Task directions
Below is a listing. Set down exactly the lines from the one containing "v48 (14.99633,57.847989,7)" through the one containing "v53 (-13.906081,56.012261,7)", both ends included, and leave out the rest.

Extracted information
......

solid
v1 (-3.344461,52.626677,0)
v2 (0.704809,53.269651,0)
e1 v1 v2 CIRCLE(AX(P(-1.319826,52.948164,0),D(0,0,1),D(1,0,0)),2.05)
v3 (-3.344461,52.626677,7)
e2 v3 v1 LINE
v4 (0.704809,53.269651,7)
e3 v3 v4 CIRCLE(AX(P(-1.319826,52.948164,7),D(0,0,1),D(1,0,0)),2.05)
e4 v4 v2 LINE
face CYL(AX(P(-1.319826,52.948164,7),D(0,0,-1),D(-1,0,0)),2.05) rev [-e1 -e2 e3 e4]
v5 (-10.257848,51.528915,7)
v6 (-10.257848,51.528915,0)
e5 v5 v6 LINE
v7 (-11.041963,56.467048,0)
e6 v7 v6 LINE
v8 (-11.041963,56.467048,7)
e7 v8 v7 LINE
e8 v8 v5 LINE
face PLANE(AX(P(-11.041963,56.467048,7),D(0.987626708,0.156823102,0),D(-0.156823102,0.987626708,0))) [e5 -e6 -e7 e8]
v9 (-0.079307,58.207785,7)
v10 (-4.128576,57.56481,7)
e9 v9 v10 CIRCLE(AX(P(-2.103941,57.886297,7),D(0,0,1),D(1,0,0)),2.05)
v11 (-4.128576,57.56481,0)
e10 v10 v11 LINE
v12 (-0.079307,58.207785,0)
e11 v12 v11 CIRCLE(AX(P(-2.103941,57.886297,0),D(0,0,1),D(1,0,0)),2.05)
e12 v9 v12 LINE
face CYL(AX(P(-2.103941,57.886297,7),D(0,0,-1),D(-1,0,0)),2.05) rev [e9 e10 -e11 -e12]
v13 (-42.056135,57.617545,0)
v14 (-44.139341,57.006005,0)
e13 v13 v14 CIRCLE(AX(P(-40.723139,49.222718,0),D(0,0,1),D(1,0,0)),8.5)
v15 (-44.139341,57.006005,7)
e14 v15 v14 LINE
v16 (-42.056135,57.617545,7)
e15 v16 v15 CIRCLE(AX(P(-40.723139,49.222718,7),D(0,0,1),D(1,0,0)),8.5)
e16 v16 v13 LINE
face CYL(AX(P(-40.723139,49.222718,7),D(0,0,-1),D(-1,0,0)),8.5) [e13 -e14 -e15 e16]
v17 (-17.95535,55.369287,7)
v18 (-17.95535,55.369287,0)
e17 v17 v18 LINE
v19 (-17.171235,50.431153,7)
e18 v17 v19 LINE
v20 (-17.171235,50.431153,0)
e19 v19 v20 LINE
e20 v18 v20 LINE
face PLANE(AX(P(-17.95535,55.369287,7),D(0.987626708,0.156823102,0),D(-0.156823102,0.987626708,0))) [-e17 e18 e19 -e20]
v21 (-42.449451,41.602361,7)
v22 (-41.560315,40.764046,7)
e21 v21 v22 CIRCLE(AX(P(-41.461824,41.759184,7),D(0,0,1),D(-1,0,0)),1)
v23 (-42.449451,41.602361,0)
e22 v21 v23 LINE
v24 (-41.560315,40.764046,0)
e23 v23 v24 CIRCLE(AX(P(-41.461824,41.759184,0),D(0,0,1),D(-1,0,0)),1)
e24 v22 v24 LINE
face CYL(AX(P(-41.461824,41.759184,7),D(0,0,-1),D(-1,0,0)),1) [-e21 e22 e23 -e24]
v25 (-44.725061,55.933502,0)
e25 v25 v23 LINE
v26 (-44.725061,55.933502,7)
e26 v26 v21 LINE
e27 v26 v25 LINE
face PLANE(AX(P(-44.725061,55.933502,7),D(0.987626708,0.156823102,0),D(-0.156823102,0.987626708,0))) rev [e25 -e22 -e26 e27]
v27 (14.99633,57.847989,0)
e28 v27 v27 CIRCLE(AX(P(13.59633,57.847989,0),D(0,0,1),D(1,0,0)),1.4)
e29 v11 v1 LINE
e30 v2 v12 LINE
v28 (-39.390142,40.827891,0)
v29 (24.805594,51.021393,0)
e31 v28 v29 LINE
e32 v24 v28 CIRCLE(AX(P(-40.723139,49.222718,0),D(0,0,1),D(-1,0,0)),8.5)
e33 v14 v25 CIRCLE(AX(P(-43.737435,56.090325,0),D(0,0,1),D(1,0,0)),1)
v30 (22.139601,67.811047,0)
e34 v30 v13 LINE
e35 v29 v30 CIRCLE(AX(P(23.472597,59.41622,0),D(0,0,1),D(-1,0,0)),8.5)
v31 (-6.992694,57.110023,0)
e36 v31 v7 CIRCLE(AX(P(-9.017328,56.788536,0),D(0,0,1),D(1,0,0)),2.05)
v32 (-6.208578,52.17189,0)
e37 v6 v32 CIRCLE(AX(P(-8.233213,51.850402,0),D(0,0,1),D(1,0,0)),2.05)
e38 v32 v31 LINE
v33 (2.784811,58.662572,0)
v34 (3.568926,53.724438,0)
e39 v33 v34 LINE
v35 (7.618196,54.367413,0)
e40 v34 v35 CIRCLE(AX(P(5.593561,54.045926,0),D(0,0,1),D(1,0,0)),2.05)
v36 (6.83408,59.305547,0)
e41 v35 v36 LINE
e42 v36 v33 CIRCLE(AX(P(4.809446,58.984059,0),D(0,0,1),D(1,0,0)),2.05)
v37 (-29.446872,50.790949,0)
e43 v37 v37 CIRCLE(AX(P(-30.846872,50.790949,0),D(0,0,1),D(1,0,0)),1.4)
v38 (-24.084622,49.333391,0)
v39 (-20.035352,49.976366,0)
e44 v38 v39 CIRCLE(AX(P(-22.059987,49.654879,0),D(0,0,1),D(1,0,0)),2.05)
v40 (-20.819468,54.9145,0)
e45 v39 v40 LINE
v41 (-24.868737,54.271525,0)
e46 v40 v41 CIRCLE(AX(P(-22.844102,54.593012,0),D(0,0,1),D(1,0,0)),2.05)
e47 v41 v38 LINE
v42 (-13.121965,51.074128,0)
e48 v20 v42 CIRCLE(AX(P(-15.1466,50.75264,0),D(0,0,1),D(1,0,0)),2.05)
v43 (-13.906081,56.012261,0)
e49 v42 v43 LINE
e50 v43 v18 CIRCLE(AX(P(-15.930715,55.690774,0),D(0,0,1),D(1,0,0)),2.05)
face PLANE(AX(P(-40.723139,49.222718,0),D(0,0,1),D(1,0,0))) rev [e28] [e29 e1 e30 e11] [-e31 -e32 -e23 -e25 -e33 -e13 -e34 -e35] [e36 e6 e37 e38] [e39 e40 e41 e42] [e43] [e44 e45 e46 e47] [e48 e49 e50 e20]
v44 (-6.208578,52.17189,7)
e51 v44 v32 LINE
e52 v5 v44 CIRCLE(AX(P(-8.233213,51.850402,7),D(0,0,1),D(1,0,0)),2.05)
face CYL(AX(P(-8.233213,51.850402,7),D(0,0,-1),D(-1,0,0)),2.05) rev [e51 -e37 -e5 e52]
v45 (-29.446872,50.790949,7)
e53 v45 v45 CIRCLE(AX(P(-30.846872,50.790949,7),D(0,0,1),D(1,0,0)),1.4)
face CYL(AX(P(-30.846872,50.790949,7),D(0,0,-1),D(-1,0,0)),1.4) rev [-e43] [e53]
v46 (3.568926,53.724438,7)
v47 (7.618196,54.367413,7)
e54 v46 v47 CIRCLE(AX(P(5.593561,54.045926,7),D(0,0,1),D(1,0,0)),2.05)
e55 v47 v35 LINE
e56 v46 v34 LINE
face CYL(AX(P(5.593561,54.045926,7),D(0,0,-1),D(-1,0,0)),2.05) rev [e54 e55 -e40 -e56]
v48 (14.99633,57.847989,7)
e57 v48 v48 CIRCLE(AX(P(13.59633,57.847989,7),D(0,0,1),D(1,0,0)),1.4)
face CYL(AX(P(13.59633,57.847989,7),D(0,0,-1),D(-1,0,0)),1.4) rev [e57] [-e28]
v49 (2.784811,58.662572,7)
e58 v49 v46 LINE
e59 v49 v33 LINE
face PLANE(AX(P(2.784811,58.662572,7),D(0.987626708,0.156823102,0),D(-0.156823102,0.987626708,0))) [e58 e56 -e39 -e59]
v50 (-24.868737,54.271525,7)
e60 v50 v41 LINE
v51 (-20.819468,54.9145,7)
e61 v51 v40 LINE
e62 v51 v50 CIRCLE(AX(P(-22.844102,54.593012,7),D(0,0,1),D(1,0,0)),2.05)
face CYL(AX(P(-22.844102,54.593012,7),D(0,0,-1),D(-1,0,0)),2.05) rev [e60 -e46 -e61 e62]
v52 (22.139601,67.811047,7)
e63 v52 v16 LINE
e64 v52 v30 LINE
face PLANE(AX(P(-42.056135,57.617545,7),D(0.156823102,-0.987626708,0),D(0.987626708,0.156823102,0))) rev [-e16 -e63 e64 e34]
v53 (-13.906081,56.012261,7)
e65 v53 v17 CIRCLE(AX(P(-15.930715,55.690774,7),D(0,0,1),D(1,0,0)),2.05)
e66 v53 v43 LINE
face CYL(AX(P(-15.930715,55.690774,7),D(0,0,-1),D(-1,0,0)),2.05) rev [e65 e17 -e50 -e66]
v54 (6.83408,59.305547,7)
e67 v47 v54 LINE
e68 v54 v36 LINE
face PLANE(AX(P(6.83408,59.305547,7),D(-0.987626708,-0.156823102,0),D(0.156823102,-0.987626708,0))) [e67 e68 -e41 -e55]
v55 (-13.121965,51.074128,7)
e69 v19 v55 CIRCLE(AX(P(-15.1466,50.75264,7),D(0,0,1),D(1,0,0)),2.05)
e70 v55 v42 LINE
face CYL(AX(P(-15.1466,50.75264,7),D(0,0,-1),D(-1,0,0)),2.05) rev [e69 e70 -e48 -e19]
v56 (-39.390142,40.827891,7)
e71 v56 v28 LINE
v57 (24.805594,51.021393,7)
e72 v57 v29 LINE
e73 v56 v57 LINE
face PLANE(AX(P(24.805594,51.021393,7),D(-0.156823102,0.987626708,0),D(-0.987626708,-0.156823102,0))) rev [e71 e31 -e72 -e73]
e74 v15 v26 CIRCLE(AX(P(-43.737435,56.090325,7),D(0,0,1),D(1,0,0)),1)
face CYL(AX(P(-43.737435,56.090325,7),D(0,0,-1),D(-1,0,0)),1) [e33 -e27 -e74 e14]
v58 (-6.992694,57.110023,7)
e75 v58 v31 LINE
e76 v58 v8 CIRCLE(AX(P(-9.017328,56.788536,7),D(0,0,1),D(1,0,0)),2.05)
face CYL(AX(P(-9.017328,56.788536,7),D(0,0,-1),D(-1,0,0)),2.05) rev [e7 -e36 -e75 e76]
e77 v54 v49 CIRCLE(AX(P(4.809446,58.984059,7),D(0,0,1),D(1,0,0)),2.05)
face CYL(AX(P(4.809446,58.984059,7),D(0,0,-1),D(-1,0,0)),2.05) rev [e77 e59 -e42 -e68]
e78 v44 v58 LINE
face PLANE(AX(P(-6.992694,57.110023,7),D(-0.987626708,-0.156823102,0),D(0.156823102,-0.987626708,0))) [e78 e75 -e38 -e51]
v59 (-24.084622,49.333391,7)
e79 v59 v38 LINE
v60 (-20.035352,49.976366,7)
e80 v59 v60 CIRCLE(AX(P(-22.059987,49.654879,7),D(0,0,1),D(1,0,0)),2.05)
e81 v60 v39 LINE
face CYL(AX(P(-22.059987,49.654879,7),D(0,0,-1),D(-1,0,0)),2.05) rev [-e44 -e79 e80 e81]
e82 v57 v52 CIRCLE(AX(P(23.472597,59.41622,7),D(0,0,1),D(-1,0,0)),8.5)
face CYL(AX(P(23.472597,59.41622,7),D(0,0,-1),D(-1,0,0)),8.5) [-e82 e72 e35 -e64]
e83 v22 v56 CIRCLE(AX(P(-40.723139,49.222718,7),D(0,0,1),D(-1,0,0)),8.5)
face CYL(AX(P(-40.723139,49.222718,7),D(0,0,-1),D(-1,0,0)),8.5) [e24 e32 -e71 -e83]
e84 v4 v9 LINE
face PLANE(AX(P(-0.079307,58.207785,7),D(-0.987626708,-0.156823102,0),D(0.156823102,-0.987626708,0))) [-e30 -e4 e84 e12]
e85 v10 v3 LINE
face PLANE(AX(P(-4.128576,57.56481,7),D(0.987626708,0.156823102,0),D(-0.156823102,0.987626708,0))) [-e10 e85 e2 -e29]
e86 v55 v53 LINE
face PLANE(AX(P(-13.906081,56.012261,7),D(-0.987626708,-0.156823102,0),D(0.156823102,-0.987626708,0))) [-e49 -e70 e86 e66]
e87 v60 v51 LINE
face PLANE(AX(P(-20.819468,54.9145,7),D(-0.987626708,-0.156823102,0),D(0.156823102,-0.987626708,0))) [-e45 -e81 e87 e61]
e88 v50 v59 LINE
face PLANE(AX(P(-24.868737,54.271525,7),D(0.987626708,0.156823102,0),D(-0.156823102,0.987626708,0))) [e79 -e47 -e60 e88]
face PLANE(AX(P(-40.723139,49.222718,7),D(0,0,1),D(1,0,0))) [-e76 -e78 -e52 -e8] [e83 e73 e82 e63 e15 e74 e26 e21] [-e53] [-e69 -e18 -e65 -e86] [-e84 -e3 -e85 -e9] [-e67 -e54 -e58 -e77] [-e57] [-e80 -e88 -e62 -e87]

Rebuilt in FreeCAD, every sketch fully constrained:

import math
import FreeCAD as App
import Part
import Sketcher
from FreeCAD import Vector
Q = App.Units.Quantity

doc = App.newDocument("Part")
body = doc.addObject("PartDesign::Body", "Body")

# Sketch on XY plane
sketch1 = body.newObject("Sketcher::SketchObject", "Sketch")
sketch1.AttachmentSupport = (doc.getObject("XY_Plane"), [""])
sketch1.MapMode = "FlatFace"
sketch1.addGeometry(Part.LineSegment(Vector(22.1, 67.8, 0), Vector(-42.1, 57.6, 0)), False)
sketch1.addGeometry(Part.ArcOfCircle(Part.Circle(Vector(-40.7, 49.2, 0), Vector(0, 0, 1), 8.5), math.radians(99.02), math.radians(113.7)), False)
sketch1.addGeometry(Part.ArcOfCircle(Part.Circle(Vector(-43.7, 56.1, 0), Vector(0, 0, 1), 1), math.radians(114), math.radians(189)), False)
sketch1.addGeometry(Part.LineSegment(Vector(-44.7, 55.9, 0), Vector(-42.4, 41.6, 0)), False)
sketch1.addGeometry(Part.ArcOfCircle(Part.Circle(Vector(-41.5, 41.8, 0), Vector(0, 0, 1), 1), math.radians(-171), math.radians(-96)), False)
sketch1.addGeometry(Part.ArcOfCircle(Part.Circle(Vector(-40.7, 49.2, 0), Vector(0, 0, 1), 8.5), math.radians(-95.65), math.radians(-80.98)), False)
sketch1.addGeometry(Part.LineSegment(Vector(-39.4, 40.8, 0), Vector(24.8, 51, 0)), False)
sketch1.addGeometry(Part.ArcOfCircle(Part.Circle(Vector(23.5, 59.4, 0), Vector(0, 0, 1), 8.5), math.radians(-81), math.radians(99)), False)
sketch1.addGeometry(Part.LineSegment(Vector(-7, 57.1, 0), Vector(-6.2, 52.2, 0)), False)
sketch1.addGeometry(Part.ArcOfCircle(Part.Circle(Vector(-8.2, 51.9, 0), Vector(0, 0, 1), 2), math.radians(-171), math.radians(9)), False)
sketch1.addGeometry(Part.LineSegment(Vector(-10.3, 51.5, 0), Vector(-11, 56.5, 0)), False)
sketch1.addGeometry(Part.ArcOfCircle(Part.Circle(Vector(-9, 56.8, 0), Vector(0, 0, 1), 2), math.radians(9), math.radians(189)), False)
sketch1.addGeometry(Part.Circle(Vector(-30.8, 50.8, 0), Vector(0, 0, 1), 1.4), False)
sketch1.addGeometry(Part.LineSegment(Vector(-13.9, 56, 0), Vector(-13.1, 51.1, 0)), False)
sketch1.addGeometry(Part.ArcOfCircle(Part.Circle(Vector(-15.1, 50.8, 0), Vector(0, 0, 1), 2), math.radians(-171), math.radians(9)), False)
sketch1.addGeometry(Part.LineSegment(Vector(-17.2, 50.4, 0), Vector(-18, 55.4, 0)), False)
sketch1.addGeometry(Part.ArcOfCircle(Part.Circle(Vector(-15.9, 55.7, 0), Vector(0, 0, 1), 2), math.radians(9), math.radians(189)), False)
sketch1.addGeometry(Part.LineSegment(Vector(-20.8, 54.9, 0), Vector(-20, 50, 0)), False)
sketch1.addGeometry(Part.ArcOfCircle(Part.Circle(Vector(-22.1, 49.7, 0), Vector(0, 0, 1), 2), math.radians(-171), math.radians(9)), False)
sketch1.addGeometry(Part.LineSegment(Vector(-24.1, 49.3, 0), Vector(-24.9, 54.3, 0)), False)
sketch1.addGeometry(Part.ArcOfCircle(Part.Circle(Vector(-22.8, 54.6, 0), Vector(0, 0, 1), 2), math.radians(9), math.radians(189)), False)
sketch1.addGeometry(Part.LineSegment(Vector(6.8, 59.3, 0), Vector(7.6, 54.4, 0)), False)
sketch1.addGeometry(Part.ArcOfCircle(Part.Circle(Vector(5.6, 54, 0), Vector(0, 0, 1), 2), math.radians(-171), math.radians(9)), False)
sketch1.addGeometry(Part.LineSegment(Vector(3.6, 53.7, 0), Vector(2.8, 58.7, 0)), False)
sketch1.addGeometry(Part.ArcOfCircle(Part.Circle(Vector(4.8, 59, 0), Vector(0, 0, 1), 2), math.radians(9), math.radians(189)), False)
sketch1.addGeometry(Part.LineSegment(Vector(-0.1, 58.2, 0), Vector(0.7, 53.3, 0)), False)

......

Your solution
v48 (14.99633,57.847989,7)
e57 v48 v48 CIRCLE(AX(P(13.59633,57.847989,7),D(0,0,1),D(1,0,0)),1.4)
face CYL(AX(P(13.59633,57.847989,7),D(0,0,-1),D(-1,0,0)),1.4) rev [e57] [-e28]
v49 (2.784811,58.662572,7)
e58 v49 v46 LINE
e59 v49 v33 LINE
face PLANE(AX(P(2.784811,58.662572,7),D(0.987626708,0.156823102,0),D(-0.156823102,0.987626708,0))) [e58 e56 -e39 -e59]
v50 (-24.868737,54.271525,7)
e60 v50 v41 LINE
v51 (-20.819468,54.9145,7)
e61 v51 v40 LINE
e62 v51 v50 CIRCLE(AX(P(-22.844102,54.593012,7),D(0,0,1),D(1,0,0)),2.05)
face CYL(AX(P(-22.844102,54.593012,7),D(0,0,-1),D(-1,0,0)),2.05) rev [e60 -e46 -e61 e62]
v52 (22.139601,67.811047,7)
e63 v52 v16 LINE
e64 v52 v30 LINE
face PLANE(AX(P(-42.056135,57.617545,7),D(0.156823102,-0.987626708,0),D(0.987626708,0.156823102,0))) rev [-e16 -e63 e64 e34]
v53 (-13.906081,56.012261,7)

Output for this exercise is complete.